Cytochrome P450 (CYP) 3A5 is a major isoform metabolizing tacrolimus. Individual variation in the metabolism may result from CYP3A5 single nucleotide polymorphisms (SNPs). CYP3A5*3 polymorphism is strongly associated with tacrolimus pharmacokinetic variations in 65%–85% of Asian populations. A minor polymorphism related to requirement for tacrolimus is the POR*28 mutation, which increases in vivo CYP3A activity for tacrolimus. These two SNPs might affect individual maintenance dosages of tacrolimus.
To determine the association of CYP3A5*3 and POR*28 SNPs with maintenance dosage requirements for tacrolimus in Thai recipients of kidney transplants.

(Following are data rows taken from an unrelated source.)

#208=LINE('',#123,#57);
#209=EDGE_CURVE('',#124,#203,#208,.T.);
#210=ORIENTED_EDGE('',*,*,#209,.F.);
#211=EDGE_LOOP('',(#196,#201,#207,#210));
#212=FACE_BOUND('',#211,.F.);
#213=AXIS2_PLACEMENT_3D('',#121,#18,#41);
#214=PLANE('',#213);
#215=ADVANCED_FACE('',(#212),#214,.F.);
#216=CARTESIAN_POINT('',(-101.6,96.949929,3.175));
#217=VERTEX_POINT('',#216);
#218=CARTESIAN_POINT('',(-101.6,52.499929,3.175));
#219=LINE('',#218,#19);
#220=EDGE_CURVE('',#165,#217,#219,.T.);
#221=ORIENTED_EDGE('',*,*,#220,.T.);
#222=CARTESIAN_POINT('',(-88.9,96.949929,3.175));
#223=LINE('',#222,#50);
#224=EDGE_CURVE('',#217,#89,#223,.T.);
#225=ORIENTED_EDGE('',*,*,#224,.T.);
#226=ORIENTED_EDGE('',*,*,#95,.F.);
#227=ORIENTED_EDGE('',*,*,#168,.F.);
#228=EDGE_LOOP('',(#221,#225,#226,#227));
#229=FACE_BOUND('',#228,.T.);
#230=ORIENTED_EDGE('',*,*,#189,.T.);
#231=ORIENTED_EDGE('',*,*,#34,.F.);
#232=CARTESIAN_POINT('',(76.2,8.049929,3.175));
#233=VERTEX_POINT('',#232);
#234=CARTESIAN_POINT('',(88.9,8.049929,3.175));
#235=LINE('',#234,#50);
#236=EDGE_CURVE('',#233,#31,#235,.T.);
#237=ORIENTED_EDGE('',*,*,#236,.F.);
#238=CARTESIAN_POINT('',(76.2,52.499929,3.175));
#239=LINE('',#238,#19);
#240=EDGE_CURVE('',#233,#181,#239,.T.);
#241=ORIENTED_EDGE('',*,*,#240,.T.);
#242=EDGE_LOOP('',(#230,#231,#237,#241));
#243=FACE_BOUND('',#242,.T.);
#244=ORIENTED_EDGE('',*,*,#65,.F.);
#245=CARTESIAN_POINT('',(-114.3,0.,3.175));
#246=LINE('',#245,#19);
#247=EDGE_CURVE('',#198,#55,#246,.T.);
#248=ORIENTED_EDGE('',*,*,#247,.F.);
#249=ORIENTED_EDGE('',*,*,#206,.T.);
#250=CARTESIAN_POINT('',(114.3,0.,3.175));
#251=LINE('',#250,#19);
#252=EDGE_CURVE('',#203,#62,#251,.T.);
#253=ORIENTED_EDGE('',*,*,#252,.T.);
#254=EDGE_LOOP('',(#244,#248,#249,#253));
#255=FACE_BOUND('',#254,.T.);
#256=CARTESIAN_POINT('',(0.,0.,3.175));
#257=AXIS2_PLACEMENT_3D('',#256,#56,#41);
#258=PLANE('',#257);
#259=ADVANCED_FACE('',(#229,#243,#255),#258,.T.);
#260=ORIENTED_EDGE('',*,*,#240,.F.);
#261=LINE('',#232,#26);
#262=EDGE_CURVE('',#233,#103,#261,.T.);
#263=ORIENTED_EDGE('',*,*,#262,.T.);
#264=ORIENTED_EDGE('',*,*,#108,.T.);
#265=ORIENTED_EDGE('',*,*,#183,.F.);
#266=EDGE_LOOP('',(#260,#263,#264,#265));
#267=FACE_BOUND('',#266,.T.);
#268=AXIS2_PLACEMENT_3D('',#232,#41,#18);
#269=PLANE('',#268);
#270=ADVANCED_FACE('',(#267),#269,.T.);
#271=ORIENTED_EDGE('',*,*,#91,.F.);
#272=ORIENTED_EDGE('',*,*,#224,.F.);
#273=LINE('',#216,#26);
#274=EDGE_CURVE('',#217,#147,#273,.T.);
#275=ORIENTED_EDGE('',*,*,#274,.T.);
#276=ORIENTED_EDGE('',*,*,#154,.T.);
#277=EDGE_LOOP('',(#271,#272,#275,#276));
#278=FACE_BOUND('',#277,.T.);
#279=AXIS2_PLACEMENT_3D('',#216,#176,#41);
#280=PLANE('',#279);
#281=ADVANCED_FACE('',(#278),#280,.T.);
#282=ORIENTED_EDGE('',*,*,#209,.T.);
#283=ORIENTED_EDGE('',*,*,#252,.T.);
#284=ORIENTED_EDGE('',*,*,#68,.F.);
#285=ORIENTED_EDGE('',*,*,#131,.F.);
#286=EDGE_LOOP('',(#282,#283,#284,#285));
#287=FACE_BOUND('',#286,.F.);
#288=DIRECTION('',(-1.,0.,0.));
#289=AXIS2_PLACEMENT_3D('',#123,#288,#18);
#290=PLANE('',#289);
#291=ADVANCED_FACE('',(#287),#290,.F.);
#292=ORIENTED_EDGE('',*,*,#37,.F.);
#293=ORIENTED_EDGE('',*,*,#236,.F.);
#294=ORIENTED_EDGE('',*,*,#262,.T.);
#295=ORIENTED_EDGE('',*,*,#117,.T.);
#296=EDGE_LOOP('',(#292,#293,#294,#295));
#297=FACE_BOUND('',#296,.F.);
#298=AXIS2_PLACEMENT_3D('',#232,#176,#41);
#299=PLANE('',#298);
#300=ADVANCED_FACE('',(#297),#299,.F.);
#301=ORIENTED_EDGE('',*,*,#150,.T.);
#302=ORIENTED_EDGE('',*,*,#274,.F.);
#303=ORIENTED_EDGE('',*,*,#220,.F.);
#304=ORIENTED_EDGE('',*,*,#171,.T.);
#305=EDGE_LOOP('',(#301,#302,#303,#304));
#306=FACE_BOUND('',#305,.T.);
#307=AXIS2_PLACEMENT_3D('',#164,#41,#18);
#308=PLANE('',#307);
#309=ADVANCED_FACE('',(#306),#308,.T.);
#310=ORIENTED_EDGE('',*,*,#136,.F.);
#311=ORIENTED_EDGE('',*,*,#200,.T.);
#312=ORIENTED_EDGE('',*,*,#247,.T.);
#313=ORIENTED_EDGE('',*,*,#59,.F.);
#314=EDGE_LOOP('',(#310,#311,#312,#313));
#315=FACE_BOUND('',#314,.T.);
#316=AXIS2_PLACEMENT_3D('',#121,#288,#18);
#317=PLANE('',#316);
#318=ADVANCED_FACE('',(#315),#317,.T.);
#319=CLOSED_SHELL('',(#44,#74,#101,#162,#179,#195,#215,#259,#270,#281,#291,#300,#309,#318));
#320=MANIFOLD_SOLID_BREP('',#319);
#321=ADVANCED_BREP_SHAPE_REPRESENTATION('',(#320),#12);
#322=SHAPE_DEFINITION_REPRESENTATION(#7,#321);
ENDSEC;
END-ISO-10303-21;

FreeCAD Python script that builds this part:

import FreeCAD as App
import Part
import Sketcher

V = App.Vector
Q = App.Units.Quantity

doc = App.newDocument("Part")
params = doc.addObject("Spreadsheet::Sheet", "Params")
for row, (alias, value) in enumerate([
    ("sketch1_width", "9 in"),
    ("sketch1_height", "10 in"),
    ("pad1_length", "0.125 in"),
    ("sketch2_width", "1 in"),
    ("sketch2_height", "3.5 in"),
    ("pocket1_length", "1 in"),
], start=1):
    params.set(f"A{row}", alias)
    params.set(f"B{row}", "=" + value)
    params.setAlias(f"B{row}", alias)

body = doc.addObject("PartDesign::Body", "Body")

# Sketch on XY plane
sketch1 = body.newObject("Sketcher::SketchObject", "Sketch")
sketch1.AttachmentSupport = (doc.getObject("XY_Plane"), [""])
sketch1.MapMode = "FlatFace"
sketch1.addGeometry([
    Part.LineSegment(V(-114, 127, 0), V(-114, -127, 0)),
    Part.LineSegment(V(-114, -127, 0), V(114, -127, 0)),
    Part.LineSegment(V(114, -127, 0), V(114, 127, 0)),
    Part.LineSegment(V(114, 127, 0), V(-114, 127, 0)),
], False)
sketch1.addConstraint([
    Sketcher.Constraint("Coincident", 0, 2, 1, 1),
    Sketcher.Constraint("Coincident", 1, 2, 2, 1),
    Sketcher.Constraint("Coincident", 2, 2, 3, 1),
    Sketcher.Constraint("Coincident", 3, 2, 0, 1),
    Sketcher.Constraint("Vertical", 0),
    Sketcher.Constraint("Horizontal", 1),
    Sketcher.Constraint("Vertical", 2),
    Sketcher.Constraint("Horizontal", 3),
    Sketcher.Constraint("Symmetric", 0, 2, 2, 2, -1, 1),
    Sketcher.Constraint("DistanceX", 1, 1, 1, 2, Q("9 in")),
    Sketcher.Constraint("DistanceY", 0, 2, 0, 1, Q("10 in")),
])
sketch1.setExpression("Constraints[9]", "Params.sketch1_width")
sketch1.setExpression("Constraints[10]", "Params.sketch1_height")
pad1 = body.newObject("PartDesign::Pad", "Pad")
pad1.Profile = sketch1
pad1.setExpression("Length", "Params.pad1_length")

We enrolled 150 Thai recipients of kidney transplants. Clinical laboratory data were recorded 3 months after first administration of tacrolimus. Two SNPs; rs776746 A > G (CYP3A5*3 allele) and rs1057868 C > T (POR*28 allele) were assessed. All 300 genotypes were analyzed by real-time polymerase chain reactions.
Recipients were classified into 9 groups according to possible matching genotypes. The mean dosage required for the maintenance phase was significantly higher in the CYP3A5*1 allele or CYP3A5 expressers (groups 1-6, 0.163, 0.167, 0.141, 0.128, 0.131, and 0.174 mg/kg/day, respectively) than those not expressing CYP3A5*3/*3 or CYP3A5 (groups 7-9, 0.081, 0.073, and 0.069 mg/kg/day, respectively, P < 0.05). When the mean dosage was compared under POR*28 one or two alleles in CYP3A5 expressers, P was significantly smaller than in CYP3A5 expressers with POR*1/*1.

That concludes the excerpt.